◆ **Your goal**: Since only part of the material below is wanted, output exactly the lines from the one with "e21 v16 v15 LINE" up to and including the one with "e28 v20 v20".

◆ **The data**:
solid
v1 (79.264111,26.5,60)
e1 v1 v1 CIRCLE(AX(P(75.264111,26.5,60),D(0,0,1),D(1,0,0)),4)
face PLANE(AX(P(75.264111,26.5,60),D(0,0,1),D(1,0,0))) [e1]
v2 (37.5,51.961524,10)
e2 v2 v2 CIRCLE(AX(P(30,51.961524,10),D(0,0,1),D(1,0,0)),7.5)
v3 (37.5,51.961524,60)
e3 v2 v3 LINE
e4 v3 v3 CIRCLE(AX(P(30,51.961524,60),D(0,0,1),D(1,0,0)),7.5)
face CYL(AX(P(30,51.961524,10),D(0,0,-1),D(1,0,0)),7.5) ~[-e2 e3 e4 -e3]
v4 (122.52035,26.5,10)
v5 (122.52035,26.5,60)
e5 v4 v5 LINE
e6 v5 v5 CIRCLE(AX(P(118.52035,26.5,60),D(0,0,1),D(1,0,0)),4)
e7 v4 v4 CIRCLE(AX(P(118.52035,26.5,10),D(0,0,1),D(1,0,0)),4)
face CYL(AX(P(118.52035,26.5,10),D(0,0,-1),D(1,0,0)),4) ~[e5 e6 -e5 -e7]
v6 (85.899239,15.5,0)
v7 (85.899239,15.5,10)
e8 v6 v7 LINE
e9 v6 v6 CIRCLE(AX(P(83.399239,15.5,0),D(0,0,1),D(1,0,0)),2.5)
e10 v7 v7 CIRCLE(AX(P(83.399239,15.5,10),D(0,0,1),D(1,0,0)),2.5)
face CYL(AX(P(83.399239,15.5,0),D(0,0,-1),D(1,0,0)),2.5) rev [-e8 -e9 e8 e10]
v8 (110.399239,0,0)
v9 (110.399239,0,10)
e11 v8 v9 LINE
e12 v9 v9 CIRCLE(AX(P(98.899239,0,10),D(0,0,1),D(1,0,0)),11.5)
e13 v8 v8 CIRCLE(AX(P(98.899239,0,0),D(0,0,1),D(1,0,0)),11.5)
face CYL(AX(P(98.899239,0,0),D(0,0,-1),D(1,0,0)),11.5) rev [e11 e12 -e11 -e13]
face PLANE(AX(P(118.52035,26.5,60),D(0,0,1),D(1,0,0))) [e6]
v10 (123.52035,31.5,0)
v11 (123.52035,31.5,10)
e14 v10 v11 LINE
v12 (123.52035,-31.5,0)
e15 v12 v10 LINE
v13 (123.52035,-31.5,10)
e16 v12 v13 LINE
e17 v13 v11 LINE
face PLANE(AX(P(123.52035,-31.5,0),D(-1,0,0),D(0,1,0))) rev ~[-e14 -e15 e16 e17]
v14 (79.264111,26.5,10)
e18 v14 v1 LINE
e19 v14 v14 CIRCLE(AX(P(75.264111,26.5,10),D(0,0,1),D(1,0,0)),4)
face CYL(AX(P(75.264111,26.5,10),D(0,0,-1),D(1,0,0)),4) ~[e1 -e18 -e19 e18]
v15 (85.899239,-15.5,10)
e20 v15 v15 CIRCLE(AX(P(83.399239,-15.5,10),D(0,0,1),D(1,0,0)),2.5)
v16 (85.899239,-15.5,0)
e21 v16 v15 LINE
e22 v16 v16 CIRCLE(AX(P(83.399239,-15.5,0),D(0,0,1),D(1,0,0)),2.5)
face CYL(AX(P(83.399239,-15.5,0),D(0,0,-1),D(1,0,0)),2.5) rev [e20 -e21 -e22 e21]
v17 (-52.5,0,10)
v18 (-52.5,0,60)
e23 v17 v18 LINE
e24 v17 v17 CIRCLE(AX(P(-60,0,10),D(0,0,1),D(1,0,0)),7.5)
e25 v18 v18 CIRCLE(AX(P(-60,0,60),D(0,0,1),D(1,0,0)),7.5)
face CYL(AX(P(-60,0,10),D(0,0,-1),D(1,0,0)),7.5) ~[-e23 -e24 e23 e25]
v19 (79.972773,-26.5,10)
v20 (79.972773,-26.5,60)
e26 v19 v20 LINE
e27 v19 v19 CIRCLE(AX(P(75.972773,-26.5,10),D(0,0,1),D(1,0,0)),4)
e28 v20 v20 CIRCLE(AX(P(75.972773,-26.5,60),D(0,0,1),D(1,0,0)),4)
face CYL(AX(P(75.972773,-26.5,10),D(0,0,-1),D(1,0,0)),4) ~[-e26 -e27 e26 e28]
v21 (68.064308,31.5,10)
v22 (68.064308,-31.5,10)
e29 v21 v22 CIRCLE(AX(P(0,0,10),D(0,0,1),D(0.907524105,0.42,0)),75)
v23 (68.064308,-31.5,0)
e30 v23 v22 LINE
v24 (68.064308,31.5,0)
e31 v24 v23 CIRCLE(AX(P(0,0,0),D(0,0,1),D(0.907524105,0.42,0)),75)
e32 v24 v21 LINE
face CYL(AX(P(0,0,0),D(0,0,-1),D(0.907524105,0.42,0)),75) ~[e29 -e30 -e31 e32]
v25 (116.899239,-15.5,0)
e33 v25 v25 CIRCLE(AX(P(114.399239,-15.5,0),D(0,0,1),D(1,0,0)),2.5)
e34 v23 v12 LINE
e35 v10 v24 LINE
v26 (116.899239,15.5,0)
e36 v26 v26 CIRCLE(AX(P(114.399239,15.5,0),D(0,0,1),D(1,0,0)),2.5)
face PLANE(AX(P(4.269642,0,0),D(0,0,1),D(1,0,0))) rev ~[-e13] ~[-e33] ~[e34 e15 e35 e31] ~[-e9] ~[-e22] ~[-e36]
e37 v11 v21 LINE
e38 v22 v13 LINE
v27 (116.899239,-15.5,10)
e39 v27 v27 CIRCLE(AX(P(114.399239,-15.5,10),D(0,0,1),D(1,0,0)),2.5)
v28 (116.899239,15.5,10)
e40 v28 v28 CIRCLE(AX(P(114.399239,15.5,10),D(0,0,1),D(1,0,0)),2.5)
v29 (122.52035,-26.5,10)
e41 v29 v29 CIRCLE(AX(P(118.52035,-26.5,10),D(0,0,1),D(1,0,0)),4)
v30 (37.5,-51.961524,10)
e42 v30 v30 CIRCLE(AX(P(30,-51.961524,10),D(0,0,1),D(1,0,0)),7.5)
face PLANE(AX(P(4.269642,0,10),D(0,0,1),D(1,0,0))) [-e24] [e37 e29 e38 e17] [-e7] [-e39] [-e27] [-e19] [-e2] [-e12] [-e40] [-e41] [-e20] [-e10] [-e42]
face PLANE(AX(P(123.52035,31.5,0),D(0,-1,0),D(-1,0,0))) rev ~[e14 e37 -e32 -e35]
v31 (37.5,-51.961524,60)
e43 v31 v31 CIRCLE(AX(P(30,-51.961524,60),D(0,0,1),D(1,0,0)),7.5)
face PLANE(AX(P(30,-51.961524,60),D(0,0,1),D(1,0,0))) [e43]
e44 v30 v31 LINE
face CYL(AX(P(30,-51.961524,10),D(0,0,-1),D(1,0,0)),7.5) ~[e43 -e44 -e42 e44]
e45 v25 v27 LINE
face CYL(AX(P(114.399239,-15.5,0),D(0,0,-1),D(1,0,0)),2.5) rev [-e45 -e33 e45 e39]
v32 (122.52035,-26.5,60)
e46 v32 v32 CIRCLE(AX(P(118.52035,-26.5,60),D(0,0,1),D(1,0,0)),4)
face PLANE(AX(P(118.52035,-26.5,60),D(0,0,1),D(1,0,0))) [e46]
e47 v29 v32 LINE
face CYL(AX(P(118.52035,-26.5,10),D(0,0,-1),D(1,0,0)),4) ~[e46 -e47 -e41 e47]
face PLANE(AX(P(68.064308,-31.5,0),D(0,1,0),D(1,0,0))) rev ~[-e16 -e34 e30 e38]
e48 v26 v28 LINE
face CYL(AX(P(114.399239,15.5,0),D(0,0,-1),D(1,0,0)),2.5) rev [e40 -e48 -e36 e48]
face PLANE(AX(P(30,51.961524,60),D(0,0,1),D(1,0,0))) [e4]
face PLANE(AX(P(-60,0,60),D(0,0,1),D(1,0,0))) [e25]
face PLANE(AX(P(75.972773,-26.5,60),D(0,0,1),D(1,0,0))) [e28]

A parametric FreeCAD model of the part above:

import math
import FreeCAD as App
import Part
import Sketcher

V = App.Vector
Q = App.Units.Quantity

doc = App.newDocument("Part")
body = doc.addObject("PartDesign::Body", "Body")

sketch1 = doc.addObject("Sketcher::SketchObject", "Sketch")
body.addObject(sketch1)
sketch1.AttachmentSupport = (doc.XY_Plane, [""])
sketch1.MapMode = "FlatFace"
sketch1.addGeometry(Part.ArcOfCircle(Part.Circle(V(0, 0, 0), V(0, 0, 1), 75), math.radians(24.834587), math.radians(335.165413)), False)
sketch1.addGeometry(Part.LineSegment(V(68.064308, -31.5, 0), V(123.52035, -31.5, 0)), False)
sketch1.addGeometry(Part.LineSegment(V(123.52035, -31.5, 0), V(123.52035, 31.5, 0)), False)
sketch1.addGeometry(Part.LineSegment(V(123.52035, 31.5, 0), V(68.064308, 31.5, 0)), False)
sketch1.addConstraint(Sketcher.Constraint("Coincident", 0, 2, 1, 1))
sketch1.addConstraint(Sketcher.Constraint("Coincident", 1, 2, 2, 1))
sketch1.addConstraint(Sketcher.Constraint("Coincident", 2, 2, 3, 1))
sketch1.addConstraint(Sketcher.Constraint("Coincident", 3, 2, 0, 1))
sketch1.addConstraint(Sketcher.Constraint("Horizontal", 1))
sketch1.addConstraint(Sketcher.Constraint("Vertical", 2))
sketch1.addConstraint(Sketcher.Constraint("Horizontal", 3))
sketch1.addConstraint(Sketcher.Constraint("Coincident", 0, 3, -1, 1))
sketch1.addConstraint(Sketcher.Constraint("Vertical", 0, 2, 3, 2))
sketch1.addConstraint(Sketcher.Constraint("Radius", 0, Q("75 mm")))
sketch1.addConstraint(Sketcher.Constraint("DistanceY", 2, 1, 2, 2, Q("63 mm")))
sketch1.addConstraint(Sketcher.Constraint("DistanceX", 1, 1, 1, 2, Q("55.456042 mm")))
pad1 = doc.addObject("PartDesign::Pad", "Pad")
body.addObject(pad1)
pad1.Profile = sketch1
pad1.Length = 10

sketch2 = doc.addObject("Sketcher::SketchObject", "Sketch001")
body.addObject(sketch2)
sketch2.AttachmentSupport = (doc.XY_Plane, [""])
sketch2.MapMode = "FlatFace"
sketch2.addGeometry(Part.Circle(V(114.399239, 15.5, 0), V(0, 0, 1), 2.5), False)
sketch2.addGeometry(Part.Circle(V(83.399239, 15.5, 0), V(0, 0, 1), 2.5), False)
sketch2.addGeometry(Part.Circle(V(83.399239, -15.5, 0), V(0, 0, 1), 2.5), False)
sketch2.addGeometry(Part.Circle(V(114.399239, -15.5, 0), V(0, 0, 1), 2.5), False)
sketch2.addConstraint(Sketcher.Constraint("Equal", 0, 1))
sketch2.addConstraint(Sketcher.Constraint("Equal", 1, 2))
sketch2.addConstraint(Sketcher.Constraint("Equal", 2, 3))
sketch2.addConstraint(Sketcher.Constraint("Symmetric", 1, 3, 2, 3, -1))
sketch2.addConstraint(Sketcher.Constraint("Symmetric", 0, 3, 3, 3, -1))
sketch2.addConstraint(Sketcher.Constraint("Horizontal", 0, 3, 1, 3))
sketch2.addConstraint(Sketcher.Constraint("Diameter", 0, Q("5 mm")))
sketch2.addConstraint(Sketcher.Constraint("DistanceX", 1, 3, 0, 3, Q("31 mm")))
sketch2.addConstraint(Sketcher.Constraint("DistanceY", 2, 3, 1, 3, Q("31 mm")))
sketch2.addConstraint(Sketcher.Constraint("DistanceX", -1, 1, 0, 3, Q("114.399239 mm")))
pocket1 = doc.addObject("PartDesign::Pocket", "Pocket")
body.addObject(pocket1)
pocket1.Profile = sketch2
pocket1.Type = "ThroughAll"
pocket1.Reversed = True

sketch3 = doc.addObject("Sketcher::SketchObject", "Sketch002")
body.addObject(sketch3)
sketch3.AttachmentSupport = (doc.XY_Plane, [""])
sketch3.MapMode = "FlatFace"
sketch3.addGeometry(Part.Circle(V(98.899239, 0, 0), V(0, 0, 1), 11.5), False)
sketch3.addConstraint(Sketcher.Constraint("PointOnObject", 0, 3, -1))
sketch3.addConstraint(Sketcher.Constraint("Diameter", 0, Q("23 mm")))
sketch3.addConstraint(Sketcher.Constraint("DistanceX", -1, 1, 0, 3, Q("98.899239 mm")))
pocket2 = doc.addObject("PartDesign::Pocket", "Pocket001")
body.addObject(pocket2)
pocket2.Profile = sketch3
pocket2.Type = "ThroughAll"
pocket2.Reversed = True

sketch4 = doc.addObject("Sketcher::SketchObject", "Sketch003")
body.addObject(sketch4)
sketch4.AttachmentSupport = (doc.XY_Plane, [""])
sketch4.MapMode = "FlatFace"
sketch4.AttachmentOffset = App.Placement(V(0, 0, 10), App.Rotation())
sketch4.addGeometry(Part.Circle(V(-60, 0, 0), V(0, 0, 1), 7.5), False)
sketch4.addGeometry(Part.Circle(V(30, 51.961524, 0), V(0, 0, 1), 7.5), False)
sketch4.addGeometry(Part.Circle(V(30, -51.961524, 0), V(0, 0, 1), 7.5), False)
sketch4.addGeometry(Part.Circle(V(75.972773, -26.5, 0), V(0, 0, 1), 4), False)
sketch4.addGeometry(Part.Circle(V(118.52035, -26.5, 0), V(0, 0, 1), 4), False)
sketch4.addGeometry(Part.Circle(V(75.264111, 26.5, 0), V(0, 0, 1), 4), False)
sketch4.addGeometry(Part.Circle(V(118.52035, 26.5, 0), V(0, 0, 1), 4), False)
sketch4.addConstraint(Sketcher.Constraint("Equal", 0, 1))
sketch4.addConstraint(Sketcher.Constraint("Equal", 1, 2))
sketch4.addConstraint(Sketcher.Constraint("Equal", 3, 4))
sketch4.addConstraint(Sketcher.Constraint("Equal", 4, 5))
sketch4.addConstraint(Sketcher.Constraint("Equal", 5, 6))
sketch4.addConstraint(Sketcher.Constraint("Symmetric", 1, 3, 2, 3, -1))
sketch4.addConstraint(Sketcher.Constraint("Symmetric", 4, 3, 6, 3, -1))
sketch4.addConstraint(Sketcher.Constraint("PointOnObject", 0, 3, -1))
sketch4.addConstraint(Sketcher.Constraint("Horizontal", 3, 3, 4, 3))
sketch4.addConstraint(Sketcher.Constraint("Horizontal", 5, 3, 6, 3))
sketch4.addConstraint(Sketcher.Constraint("Diameter", 0, Q("15 mm")))
sketch4.addConstraint(Sketcher.Constraint("Diameter", 3, Q("8 mm")))
sketch4.addConstraint(Sketcher.Constraint("DistanceX", 0, 3, -1, 1, Q("60 mm")))
sketch4.addConstraint(Sketcher.Constraint("DistanceX", -1, 1, 1, 3, Q("30 mm")))
sketch4.addConstraint(Sketcher.Constraint("DistanceY", 3, 3, 5, 3, Q("53 mm")))
sketch4.addConstraint(Sketcher.Constraint("DistanceX", -1, 1, 4, 3, Q("118.52035 mm")))
sketch4.addConstraint(Sketcher.Constraint("DistanceX", -1, 1, 5, 3, Q("75.264111 mm")))
sketch4.addConstraint(Sketcher.Constraint("DistanceY", -1, 1, 1, 3, Q("51.961524 mm")))
sketch4.addConstraint(Sketcher.Constraint("DistanceX", -1, 1, 3, 3, Q("75.972773 mm")))
pad2 = doc.addObject("PartDesign::Pad", "Pad001")
body.addObject(pad2)
pad2.Profile = sketch4
pad2.Length = 50

doc.recompute()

◆ **Completed exercise**:
e21 v16 v15 LINE
e22 v16 v16 CIRCLE(AX(P(83.399239,-15.5,0),D(0,0,1),D(1,0,0)),2.5)
face CYL(AX(P(83.399239,-15.5,0),D(0,0,-1),D(1,0,0)),2.5) rev [e20 -e21 -e22 e21]
v17 (-52.5,0,10)
v18 (-52.5,0,60)
e23 v17 v18 LINE
e24 v17 v17 CIRCLE(AX(P(-60,0,10),D(0,0,1),D(1,0,0)),7.5)
e25 v18 v18 CIRCLE(AX(P(-60,0,60),D(0,0,1),D(1,0,0)),7.5)
face CYL(AX(P(-60,0,10),D(0,0,-1),D(1,0,0)),7.5) ~[-e23 -e24 e23 e25]
v19 (79.972773,-26.5,10)
v20 (79.972773,-26.5,60)
e26 v19 v20 LINE
e27 v19 v19 CIRCLE(AX(P(75.972773,-26.5,10),D(0,0,1),D(1,0,0)),4)
e28 v20 v20 CIRCLE(AX(P(75.972773,-26.5,60),D(0,0,1),D(1,0,0)),4)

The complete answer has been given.